Stored data entries
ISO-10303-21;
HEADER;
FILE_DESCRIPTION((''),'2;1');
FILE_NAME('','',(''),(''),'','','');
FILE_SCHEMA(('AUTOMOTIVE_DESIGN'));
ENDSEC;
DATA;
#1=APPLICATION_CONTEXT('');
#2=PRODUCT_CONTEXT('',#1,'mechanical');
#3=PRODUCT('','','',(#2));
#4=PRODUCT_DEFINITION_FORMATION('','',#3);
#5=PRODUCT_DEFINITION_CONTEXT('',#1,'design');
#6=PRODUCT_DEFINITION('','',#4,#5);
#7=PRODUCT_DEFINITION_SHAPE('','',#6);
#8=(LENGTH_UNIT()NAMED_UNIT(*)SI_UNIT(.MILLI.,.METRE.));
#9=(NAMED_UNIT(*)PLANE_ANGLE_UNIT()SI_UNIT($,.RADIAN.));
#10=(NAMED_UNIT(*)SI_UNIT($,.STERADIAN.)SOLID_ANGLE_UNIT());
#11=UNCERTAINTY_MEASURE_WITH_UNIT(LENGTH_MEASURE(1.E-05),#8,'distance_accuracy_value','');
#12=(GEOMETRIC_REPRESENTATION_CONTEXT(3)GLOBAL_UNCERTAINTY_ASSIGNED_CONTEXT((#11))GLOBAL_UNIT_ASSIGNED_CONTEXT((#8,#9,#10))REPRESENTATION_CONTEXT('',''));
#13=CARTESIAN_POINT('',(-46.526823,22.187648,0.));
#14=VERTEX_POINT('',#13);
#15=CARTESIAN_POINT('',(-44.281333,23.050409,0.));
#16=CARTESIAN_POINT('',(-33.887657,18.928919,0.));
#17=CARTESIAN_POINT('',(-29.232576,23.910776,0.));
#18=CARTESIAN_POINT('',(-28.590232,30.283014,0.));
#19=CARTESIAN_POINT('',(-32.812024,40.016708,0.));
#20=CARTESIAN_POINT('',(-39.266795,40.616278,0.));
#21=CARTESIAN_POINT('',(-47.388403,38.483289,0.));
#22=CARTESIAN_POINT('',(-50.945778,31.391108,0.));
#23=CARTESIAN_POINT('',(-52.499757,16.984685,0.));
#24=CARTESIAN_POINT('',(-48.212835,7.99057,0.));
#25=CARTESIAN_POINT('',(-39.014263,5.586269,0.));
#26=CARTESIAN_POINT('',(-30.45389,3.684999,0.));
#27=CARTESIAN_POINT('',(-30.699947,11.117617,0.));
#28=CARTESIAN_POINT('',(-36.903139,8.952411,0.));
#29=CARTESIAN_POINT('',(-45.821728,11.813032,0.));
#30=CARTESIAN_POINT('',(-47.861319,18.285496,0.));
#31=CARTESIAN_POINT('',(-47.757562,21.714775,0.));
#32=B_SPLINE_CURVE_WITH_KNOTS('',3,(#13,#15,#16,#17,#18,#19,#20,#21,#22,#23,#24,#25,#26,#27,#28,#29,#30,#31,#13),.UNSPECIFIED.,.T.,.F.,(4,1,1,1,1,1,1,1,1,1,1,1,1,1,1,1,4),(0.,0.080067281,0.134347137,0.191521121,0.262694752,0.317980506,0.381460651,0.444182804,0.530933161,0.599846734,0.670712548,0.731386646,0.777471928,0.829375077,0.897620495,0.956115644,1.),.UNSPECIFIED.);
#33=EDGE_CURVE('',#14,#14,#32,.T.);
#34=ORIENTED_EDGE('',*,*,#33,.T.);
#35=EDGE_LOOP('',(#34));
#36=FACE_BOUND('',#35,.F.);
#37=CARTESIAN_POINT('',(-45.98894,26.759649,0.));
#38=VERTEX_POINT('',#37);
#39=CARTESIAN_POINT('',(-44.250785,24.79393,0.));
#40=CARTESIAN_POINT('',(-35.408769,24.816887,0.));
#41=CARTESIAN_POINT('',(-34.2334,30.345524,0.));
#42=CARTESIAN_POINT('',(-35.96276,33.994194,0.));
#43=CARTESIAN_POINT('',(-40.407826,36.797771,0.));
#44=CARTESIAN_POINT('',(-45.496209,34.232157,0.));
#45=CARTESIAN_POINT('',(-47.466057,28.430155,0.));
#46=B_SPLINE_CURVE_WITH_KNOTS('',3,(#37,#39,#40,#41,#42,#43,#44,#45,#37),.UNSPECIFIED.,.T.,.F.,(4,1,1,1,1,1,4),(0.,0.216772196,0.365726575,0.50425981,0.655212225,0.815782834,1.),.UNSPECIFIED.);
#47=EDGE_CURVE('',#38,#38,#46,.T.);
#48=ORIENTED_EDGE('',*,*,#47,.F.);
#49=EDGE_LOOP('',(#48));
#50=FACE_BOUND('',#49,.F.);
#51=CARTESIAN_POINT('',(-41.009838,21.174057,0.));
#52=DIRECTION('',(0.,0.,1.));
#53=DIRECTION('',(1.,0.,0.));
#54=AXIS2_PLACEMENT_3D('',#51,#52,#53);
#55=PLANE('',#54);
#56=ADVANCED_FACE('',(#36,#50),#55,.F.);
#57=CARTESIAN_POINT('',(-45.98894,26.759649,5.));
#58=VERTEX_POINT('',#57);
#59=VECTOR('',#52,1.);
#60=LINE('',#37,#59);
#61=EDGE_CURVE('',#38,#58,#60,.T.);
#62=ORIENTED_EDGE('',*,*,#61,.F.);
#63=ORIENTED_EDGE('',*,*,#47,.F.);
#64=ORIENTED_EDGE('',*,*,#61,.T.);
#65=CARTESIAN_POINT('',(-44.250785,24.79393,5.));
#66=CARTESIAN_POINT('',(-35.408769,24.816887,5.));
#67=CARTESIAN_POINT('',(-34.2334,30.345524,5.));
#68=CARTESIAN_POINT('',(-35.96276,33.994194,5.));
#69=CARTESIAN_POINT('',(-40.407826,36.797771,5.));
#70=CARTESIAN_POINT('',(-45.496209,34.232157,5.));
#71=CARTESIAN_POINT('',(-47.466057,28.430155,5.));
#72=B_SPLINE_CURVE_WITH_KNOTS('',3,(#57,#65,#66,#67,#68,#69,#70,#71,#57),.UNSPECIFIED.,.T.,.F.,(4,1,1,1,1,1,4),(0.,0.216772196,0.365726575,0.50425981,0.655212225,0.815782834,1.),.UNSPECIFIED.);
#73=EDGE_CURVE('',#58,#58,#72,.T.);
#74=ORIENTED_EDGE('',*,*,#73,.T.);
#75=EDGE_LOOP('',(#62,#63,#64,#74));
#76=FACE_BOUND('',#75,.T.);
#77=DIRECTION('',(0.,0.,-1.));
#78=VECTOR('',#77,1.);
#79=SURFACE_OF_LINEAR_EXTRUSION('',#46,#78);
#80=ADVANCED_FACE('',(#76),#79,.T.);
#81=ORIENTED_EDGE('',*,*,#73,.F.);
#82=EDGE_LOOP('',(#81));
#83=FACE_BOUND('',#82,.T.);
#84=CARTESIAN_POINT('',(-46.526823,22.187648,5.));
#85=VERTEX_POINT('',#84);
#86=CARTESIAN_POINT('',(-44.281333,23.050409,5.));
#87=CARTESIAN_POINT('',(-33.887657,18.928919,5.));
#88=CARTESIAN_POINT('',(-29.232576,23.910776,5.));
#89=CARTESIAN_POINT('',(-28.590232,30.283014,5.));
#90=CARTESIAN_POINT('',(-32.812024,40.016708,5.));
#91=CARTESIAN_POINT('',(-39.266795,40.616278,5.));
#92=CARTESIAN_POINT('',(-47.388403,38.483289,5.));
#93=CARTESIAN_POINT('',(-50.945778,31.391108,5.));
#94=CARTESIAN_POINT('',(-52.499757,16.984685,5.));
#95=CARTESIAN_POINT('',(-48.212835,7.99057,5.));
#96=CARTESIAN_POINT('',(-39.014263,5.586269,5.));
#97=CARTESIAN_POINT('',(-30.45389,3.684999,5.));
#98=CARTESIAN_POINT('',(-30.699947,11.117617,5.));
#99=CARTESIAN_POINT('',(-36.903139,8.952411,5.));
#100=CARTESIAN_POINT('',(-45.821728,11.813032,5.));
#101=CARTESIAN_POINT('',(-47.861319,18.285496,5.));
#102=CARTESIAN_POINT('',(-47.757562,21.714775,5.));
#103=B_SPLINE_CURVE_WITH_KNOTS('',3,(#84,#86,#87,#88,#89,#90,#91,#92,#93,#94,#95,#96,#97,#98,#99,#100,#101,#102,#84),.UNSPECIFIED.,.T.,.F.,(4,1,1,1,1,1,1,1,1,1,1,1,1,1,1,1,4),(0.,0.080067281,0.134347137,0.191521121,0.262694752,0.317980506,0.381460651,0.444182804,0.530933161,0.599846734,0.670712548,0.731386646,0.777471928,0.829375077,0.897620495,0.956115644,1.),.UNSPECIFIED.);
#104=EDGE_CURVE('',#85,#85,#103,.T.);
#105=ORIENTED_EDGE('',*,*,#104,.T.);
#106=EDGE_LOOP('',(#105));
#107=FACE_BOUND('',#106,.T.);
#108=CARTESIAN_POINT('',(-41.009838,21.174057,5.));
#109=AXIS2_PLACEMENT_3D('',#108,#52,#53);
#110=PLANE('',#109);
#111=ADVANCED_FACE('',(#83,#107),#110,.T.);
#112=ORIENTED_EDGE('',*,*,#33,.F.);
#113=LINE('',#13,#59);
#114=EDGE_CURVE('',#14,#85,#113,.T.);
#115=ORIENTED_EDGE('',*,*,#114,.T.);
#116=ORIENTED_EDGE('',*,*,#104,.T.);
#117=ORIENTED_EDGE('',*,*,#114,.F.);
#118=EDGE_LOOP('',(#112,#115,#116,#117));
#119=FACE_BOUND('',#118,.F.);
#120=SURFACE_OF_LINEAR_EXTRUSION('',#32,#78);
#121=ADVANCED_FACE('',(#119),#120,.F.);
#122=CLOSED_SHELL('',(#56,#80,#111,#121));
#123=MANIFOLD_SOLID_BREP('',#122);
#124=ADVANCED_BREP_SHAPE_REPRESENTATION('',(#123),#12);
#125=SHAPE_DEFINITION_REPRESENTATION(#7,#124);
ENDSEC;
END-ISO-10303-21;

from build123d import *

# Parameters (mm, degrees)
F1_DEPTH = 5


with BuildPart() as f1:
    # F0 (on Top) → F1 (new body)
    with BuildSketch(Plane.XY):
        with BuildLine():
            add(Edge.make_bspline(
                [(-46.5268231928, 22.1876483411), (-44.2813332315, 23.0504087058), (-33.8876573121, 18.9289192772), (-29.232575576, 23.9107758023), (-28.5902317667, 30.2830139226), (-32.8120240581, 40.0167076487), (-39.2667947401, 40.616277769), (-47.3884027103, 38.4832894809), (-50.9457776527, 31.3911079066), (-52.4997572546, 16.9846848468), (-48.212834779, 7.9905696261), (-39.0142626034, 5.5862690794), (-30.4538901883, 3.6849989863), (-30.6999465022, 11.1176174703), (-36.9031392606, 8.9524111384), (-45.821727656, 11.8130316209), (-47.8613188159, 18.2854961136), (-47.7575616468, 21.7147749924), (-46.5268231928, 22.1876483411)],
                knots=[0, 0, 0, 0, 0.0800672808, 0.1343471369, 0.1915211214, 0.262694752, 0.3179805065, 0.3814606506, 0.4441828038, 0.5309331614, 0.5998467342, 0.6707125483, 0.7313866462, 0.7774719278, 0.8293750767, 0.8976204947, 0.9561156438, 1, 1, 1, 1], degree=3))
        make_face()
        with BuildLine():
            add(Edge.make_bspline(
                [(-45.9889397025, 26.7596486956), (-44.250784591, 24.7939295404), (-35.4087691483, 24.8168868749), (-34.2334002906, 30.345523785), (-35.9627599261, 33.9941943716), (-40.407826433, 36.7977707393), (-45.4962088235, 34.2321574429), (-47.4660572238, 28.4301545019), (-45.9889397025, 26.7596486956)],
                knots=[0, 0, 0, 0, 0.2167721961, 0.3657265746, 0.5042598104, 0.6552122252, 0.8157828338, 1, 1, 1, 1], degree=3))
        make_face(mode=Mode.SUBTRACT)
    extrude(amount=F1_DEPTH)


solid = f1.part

**How to complete this task**
Return word for word the lines above from the line with "#35=EDGE_LOOP('',(#34));" to the line with "#43=CARTESIAN_POINT('',(-40.407826,36.797771,0.));", including both and leaving out all others.

**Output of the exercise**
#35=EDGE_LOOP('',(#34));
#36=FACE_BOUND('',#35,.F.);
#37=CARTESIAN_POINT('',(-45.98894,26.759649,0.));
#38=VERTEX_POINT('',#37);
#39=CARTESIAN_POINT('',(-44.250785,24.79393,0.));
#40=CARTESIAN_POINT('',(-35.408769,24.816887,0.));
#41=CARTESIAN_POINT('',(-34.2334,30.345524,0.));
#42=CARTESIAN_POINT('',(-35.96276,33.994194,0.));
#43=CARTESIAN_POINT('',(-40.407826,36.797771,0.));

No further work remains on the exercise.